◆ Aim of the exercise
Take the entries that follow and return exactly the lines from the one holding "#195=CYLINDRICAL_SURFACE('',#194,4.);" through the one holding "#207=ORIENTED_EDGE('',*,*,#144,.F.);", both included. Nothing else is needed.

[Saved data entries]
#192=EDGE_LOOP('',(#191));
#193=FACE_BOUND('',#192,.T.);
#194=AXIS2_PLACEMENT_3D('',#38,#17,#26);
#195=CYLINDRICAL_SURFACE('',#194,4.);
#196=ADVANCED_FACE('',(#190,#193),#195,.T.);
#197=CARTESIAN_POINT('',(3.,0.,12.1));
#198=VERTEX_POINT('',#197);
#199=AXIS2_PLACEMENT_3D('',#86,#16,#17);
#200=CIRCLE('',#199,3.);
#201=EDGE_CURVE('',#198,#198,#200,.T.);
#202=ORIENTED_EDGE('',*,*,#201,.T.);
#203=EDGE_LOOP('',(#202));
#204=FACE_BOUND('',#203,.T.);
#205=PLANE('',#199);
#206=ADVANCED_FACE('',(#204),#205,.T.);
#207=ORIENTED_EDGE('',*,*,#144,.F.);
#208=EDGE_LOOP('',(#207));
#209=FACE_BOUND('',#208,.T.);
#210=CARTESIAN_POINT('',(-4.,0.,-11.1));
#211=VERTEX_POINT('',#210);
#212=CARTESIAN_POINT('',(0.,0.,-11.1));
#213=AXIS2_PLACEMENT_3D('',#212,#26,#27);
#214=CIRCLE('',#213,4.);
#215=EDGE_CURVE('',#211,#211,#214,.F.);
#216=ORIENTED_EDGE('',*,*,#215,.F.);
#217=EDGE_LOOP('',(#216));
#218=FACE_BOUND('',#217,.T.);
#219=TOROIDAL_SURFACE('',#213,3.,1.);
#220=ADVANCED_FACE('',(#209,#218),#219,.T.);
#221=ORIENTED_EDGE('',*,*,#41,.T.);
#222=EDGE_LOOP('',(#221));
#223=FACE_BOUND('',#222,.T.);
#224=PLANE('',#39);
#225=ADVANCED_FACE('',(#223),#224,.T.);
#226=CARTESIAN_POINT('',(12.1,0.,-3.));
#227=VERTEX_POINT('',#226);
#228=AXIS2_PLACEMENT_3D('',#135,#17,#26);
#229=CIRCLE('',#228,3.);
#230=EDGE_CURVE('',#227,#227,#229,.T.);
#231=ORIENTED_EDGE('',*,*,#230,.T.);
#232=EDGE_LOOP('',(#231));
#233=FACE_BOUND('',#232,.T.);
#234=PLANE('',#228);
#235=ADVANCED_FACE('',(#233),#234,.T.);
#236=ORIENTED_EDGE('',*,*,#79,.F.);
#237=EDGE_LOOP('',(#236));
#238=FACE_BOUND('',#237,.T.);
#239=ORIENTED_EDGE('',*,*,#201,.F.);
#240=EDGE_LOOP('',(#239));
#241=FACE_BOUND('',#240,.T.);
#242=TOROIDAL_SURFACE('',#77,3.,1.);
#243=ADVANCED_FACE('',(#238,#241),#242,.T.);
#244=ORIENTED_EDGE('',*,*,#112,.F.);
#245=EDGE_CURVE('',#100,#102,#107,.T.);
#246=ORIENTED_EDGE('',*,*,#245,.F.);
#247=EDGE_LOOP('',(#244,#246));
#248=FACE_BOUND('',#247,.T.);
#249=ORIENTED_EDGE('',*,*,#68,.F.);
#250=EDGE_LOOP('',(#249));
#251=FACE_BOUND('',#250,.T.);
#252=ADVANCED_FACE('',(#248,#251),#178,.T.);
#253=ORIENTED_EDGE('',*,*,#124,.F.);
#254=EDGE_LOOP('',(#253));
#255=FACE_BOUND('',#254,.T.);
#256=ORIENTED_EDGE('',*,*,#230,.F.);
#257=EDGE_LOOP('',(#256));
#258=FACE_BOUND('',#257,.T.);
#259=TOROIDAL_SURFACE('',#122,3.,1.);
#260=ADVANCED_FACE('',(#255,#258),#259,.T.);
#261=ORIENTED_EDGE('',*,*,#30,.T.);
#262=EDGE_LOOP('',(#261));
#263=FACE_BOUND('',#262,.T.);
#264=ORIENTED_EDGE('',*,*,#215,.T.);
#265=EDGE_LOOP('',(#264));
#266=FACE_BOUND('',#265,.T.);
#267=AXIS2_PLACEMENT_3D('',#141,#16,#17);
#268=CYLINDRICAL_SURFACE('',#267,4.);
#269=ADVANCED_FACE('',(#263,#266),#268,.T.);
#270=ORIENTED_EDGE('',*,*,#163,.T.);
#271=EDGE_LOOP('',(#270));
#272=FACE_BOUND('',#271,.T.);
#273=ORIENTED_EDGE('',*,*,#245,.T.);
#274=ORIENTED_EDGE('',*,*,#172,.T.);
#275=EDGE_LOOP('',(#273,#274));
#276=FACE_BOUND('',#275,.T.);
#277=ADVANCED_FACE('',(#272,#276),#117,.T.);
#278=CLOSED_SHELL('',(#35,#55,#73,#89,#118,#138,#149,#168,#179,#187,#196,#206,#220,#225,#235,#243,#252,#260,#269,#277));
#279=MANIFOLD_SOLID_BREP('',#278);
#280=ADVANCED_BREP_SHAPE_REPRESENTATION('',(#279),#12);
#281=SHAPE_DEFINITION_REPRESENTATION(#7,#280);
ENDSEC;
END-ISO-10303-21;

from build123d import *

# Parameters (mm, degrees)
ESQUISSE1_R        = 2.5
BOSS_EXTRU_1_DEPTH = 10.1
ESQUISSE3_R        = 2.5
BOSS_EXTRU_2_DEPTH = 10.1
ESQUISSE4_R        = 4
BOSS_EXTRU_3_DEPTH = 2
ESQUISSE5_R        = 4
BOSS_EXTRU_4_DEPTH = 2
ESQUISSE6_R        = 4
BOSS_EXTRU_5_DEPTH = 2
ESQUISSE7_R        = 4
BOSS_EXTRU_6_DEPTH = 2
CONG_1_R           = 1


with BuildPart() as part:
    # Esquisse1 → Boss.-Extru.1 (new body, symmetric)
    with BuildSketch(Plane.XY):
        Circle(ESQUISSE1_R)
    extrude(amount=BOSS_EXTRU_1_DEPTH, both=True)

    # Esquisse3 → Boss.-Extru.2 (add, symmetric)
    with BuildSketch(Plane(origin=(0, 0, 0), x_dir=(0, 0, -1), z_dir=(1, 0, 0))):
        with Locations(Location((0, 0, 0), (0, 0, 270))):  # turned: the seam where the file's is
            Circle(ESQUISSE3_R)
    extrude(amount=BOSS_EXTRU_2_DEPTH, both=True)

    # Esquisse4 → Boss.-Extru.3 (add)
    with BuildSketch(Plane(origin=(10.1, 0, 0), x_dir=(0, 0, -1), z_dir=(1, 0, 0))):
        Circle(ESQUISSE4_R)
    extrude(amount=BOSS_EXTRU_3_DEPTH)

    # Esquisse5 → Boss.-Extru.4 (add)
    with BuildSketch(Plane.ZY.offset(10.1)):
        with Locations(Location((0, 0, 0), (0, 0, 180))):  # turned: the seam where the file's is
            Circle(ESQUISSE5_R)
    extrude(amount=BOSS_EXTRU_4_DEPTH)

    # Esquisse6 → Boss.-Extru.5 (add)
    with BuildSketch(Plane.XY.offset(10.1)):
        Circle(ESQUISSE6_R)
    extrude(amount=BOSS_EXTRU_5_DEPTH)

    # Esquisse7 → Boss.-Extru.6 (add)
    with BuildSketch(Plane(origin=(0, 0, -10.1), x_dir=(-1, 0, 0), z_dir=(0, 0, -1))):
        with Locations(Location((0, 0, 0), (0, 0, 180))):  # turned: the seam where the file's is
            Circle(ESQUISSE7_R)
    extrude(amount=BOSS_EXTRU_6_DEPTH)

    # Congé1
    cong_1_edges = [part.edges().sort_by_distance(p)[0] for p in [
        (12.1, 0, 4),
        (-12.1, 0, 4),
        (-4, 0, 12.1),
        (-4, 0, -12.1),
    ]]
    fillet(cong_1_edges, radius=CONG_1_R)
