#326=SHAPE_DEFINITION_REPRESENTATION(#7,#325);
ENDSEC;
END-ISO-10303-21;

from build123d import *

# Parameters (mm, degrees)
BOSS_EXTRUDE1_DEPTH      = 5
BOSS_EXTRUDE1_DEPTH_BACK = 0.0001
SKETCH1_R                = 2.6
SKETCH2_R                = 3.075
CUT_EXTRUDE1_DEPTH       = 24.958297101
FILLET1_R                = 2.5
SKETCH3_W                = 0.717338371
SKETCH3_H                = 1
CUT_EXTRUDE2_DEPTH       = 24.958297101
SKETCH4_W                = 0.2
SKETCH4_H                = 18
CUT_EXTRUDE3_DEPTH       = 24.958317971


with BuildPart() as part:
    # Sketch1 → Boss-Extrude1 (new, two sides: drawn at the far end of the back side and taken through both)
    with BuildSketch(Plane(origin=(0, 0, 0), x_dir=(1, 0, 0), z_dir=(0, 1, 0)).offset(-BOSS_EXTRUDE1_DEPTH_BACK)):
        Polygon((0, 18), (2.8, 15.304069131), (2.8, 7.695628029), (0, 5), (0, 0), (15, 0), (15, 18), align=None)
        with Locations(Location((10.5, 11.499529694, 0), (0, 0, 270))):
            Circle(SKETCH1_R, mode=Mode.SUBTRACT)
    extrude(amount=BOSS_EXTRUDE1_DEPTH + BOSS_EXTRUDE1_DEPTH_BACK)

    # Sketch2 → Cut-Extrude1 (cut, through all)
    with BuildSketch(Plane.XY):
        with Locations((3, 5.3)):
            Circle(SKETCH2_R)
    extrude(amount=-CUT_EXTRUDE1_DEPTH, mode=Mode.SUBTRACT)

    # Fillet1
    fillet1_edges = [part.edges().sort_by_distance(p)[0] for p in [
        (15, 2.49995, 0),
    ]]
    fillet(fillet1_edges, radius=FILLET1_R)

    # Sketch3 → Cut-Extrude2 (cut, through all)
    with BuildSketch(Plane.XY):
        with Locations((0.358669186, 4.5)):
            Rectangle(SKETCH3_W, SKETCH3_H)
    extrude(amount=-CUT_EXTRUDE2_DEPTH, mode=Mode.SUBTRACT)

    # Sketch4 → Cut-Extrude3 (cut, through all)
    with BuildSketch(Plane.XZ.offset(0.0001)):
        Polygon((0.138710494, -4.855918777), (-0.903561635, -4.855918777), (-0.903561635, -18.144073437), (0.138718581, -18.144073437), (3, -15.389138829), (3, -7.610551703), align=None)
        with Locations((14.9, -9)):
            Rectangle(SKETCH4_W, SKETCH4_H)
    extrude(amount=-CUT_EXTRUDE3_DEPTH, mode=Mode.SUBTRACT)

◆ Answer space
#195=CYLINDRICAL_SURFACE('',#194,4.);
#196=ADVANCED_FACE('',(#190,#193),#195,.T.);
#197=CARTESIAN_POINT('',(3.,0.,12.1));
#198=VERTEX_POINT('',#197);
#199=AXIS2_PLACEMENT_3D('',#86,#16,#17);
#200=CIRCLE('',#199,3.);
#201=EDGE_CURVE('',#198,#198,#200,.T.);
#202=ORIENTED_EDGE('',*,*,#201,.T.);
#203=EDGE_LOOP('',(#202));
#204=FACE_BOUND('',#203,.T.);
#205=PLANE('',#199);
#206=ADVANCED_FACE('',(#204),#205,.T.);
#207=ORIENTED_EDGE('',*,*,#144,.F.);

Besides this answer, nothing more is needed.